Ok so here’s another question, couldn’t this be added to nixos-search, as it’s already an official and very popular tool? If DetSys truly feels FlakeHub is solving a real problemsthe Nix ecosystem suffers from, why not add it to Nix itself, even if for now it just means adding it tom the officialsearch.nixos.org website?
It feels like it’s a common occurrence for DetSys to make an announcement on Discourse about a project they’ve been working on in private rather than helping with already existing community or official efforts, just like what happened with zero-to-nix.com and its feedback from the community. The lack of transparency isn’t a good look.
If you feel like the already existing efforts/projects aren’t being done right or are going in the wrong direction, can’t you communicate that publicly instead of starting (in private) a brand new third-party project? (Especially when it comes to something you claim it “solves real problems” and that it will make “a big difference in the community”)
We often deeply research and resolve these problems upstream,
What went wrong in FlakeHub’s case? Why was this not resolved in upstream? (maybe search.nixos.org?) It seems search.nixos.org already supports some sort of Flake-related functionality.
I would be very happy if Flakes just became a Determinate Systems project that was not part of the Nix repo. I don’t like maintaining Flakes, and if they were taken over like that then they would not longer be partially my problem (as a Nix Team member). Determinate Systems can them evolve them as they see fit. Win—Win!

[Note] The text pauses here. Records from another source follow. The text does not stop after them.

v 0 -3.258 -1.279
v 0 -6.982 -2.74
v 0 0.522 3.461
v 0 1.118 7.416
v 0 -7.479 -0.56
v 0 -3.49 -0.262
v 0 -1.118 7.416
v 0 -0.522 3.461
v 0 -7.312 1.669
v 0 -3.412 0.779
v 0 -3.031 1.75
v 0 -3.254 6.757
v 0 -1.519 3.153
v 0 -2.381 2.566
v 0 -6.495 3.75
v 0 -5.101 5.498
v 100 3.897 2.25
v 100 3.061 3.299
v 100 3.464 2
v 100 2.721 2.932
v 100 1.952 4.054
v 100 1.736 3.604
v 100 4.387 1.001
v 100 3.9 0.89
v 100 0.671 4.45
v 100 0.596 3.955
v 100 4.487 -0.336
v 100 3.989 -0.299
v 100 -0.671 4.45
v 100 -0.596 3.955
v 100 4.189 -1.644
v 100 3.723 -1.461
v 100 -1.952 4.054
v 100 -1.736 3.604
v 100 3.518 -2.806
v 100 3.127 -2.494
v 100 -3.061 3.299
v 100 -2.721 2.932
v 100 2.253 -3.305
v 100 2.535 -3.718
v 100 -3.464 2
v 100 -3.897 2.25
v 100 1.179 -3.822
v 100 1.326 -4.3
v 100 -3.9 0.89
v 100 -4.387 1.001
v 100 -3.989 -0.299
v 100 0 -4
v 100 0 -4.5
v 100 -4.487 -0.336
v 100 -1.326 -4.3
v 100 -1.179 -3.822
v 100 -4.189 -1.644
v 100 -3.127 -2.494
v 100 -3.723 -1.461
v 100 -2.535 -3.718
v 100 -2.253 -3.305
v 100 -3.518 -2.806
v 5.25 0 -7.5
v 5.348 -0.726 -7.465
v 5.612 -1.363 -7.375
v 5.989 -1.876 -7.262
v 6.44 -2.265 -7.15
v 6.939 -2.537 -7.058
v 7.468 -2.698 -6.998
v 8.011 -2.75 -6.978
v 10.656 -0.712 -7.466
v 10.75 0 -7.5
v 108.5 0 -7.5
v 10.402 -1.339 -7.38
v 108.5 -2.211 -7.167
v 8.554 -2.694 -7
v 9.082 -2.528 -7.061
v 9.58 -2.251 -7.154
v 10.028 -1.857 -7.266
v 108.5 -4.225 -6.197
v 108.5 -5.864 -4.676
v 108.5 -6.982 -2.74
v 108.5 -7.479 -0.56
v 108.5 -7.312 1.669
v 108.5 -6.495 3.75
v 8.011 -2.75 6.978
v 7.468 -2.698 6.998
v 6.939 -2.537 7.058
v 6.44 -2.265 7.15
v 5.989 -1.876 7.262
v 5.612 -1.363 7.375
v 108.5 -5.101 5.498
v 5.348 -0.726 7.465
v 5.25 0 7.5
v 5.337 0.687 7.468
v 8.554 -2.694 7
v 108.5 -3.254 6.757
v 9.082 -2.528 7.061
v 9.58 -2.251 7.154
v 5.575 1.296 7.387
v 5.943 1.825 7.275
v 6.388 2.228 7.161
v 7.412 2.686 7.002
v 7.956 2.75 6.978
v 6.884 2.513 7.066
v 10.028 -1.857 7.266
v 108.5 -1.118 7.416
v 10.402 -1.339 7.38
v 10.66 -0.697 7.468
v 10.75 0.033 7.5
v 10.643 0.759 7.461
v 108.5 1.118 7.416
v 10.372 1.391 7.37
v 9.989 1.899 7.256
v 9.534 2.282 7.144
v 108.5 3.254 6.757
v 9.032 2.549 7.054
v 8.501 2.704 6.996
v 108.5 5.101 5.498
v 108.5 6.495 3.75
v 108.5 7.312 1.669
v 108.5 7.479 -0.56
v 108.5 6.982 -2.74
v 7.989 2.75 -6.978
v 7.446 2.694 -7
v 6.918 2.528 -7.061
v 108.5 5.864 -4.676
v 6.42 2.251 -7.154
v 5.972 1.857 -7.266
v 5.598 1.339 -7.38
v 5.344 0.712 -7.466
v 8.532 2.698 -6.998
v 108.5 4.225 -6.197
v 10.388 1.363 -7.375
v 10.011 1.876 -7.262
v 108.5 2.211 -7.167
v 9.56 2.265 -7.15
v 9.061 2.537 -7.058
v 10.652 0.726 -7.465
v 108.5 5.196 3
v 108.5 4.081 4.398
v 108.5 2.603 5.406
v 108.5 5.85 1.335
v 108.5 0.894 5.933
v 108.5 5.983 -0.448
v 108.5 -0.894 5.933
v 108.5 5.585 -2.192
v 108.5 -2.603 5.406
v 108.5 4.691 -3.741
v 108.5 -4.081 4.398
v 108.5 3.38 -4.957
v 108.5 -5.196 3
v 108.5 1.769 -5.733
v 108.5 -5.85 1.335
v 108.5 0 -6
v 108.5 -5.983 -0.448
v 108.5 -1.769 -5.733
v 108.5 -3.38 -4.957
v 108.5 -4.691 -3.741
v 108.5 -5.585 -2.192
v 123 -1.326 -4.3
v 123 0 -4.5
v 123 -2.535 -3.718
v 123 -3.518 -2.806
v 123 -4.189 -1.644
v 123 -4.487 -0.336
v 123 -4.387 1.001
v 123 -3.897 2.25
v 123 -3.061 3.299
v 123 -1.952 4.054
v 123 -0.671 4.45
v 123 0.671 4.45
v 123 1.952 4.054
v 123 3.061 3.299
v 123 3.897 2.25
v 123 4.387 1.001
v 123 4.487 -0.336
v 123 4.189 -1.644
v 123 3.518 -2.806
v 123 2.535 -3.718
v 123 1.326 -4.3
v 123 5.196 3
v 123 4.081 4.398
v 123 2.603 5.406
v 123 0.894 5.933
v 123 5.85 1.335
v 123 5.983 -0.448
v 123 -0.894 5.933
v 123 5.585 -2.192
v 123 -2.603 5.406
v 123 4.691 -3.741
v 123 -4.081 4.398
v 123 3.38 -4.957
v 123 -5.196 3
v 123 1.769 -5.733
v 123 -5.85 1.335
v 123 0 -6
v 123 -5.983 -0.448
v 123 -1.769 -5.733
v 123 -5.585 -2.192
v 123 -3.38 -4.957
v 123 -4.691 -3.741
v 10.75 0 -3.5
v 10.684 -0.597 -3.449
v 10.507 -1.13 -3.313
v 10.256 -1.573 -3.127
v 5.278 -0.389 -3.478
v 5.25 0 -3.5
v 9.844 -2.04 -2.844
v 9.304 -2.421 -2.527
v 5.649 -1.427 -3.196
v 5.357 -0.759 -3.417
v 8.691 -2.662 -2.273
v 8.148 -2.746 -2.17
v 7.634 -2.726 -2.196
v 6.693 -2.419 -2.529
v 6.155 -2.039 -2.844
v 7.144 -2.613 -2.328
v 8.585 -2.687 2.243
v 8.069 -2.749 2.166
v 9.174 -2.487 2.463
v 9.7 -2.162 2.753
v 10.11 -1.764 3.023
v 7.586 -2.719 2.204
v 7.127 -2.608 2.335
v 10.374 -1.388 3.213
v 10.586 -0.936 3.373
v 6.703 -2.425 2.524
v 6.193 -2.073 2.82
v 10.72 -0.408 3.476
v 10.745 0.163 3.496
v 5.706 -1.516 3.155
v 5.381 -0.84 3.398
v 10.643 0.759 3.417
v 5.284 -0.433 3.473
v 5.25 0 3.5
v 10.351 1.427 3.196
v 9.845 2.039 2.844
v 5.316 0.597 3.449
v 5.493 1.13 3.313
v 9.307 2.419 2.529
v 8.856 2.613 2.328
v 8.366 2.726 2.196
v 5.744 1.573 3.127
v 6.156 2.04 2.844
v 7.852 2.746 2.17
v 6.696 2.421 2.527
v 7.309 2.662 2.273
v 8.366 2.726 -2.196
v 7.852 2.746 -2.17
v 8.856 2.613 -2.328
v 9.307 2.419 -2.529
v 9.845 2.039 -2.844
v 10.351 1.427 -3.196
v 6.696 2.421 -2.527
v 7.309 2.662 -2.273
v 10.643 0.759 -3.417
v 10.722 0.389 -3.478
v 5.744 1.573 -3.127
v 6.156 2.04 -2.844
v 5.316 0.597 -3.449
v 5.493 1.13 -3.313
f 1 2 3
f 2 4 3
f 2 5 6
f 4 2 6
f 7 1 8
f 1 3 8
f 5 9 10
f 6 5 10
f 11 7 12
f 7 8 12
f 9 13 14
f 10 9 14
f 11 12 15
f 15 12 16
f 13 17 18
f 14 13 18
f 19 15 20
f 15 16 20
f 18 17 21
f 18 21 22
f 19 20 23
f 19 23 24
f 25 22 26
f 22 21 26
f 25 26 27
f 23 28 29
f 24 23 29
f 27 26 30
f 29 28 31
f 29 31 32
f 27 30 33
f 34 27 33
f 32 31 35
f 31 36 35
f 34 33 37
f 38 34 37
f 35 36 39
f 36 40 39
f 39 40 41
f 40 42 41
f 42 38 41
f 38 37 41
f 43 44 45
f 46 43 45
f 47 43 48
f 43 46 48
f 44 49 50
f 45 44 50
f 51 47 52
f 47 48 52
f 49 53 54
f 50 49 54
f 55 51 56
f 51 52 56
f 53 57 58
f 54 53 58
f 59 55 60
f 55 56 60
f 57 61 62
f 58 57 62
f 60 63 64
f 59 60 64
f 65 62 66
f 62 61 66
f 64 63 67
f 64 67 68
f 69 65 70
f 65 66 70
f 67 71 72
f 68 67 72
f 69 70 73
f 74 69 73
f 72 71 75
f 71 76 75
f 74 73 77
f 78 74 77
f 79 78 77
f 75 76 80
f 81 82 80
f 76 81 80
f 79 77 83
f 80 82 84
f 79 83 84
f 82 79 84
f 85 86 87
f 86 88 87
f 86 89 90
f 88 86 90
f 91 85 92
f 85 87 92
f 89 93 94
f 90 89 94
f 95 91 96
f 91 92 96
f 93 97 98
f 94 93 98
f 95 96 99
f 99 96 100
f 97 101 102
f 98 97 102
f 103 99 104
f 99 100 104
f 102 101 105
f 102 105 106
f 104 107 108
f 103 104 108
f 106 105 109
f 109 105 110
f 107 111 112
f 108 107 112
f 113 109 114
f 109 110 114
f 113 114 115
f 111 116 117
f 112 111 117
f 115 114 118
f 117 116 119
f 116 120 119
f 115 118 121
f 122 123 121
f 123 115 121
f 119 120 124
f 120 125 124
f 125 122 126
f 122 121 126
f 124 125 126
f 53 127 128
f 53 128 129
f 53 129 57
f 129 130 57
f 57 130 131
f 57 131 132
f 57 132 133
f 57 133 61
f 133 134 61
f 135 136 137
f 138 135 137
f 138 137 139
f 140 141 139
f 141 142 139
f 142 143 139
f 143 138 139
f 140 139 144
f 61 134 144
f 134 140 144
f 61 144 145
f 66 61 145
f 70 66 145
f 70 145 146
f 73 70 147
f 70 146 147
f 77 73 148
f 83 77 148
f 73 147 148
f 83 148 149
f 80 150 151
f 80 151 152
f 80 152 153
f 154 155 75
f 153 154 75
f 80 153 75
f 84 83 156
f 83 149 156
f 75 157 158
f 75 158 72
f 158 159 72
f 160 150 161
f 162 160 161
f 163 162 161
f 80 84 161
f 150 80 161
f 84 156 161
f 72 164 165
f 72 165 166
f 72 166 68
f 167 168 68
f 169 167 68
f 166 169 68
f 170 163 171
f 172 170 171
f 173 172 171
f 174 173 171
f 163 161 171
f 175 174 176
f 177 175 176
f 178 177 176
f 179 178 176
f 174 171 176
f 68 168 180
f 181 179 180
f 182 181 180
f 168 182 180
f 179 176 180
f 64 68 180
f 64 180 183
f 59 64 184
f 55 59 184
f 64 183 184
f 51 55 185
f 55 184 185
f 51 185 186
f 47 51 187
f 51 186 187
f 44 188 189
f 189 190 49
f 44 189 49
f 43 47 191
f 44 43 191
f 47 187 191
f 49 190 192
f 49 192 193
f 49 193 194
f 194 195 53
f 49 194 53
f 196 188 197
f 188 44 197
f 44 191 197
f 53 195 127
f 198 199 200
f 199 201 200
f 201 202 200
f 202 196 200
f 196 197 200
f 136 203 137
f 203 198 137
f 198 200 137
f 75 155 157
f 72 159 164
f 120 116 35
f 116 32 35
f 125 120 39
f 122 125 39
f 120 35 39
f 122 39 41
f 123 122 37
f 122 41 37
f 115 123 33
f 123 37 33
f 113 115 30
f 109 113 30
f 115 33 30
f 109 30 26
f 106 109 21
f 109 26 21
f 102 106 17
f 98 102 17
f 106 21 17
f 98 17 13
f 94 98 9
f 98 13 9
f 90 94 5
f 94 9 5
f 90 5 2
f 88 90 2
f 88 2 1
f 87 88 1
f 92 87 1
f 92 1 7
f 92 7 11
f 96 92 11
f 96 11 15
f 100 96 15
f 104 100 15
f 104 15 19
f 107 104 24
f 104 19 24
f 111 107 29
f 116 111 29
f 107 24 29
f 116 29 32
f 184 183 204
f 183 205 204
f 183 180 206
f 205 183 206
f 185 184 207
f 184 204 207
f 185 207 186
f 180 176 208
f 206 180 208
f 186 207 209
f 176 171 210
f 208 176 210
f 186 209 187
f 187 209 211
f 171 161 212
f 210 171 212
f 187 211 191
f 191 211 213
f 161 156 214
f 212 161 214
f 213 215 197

I think that the way in which this was developed and in which it is being presented makes it very clear that you are not doing this for the good of the community, since in that case you could have involved the community, developed this in the open as part of the nix FOSS project, and offered to host it on community infrastructure.
But you didn’t do any of that, and I don’t think we need a proprietary walled garden as part of the nix ecosystem.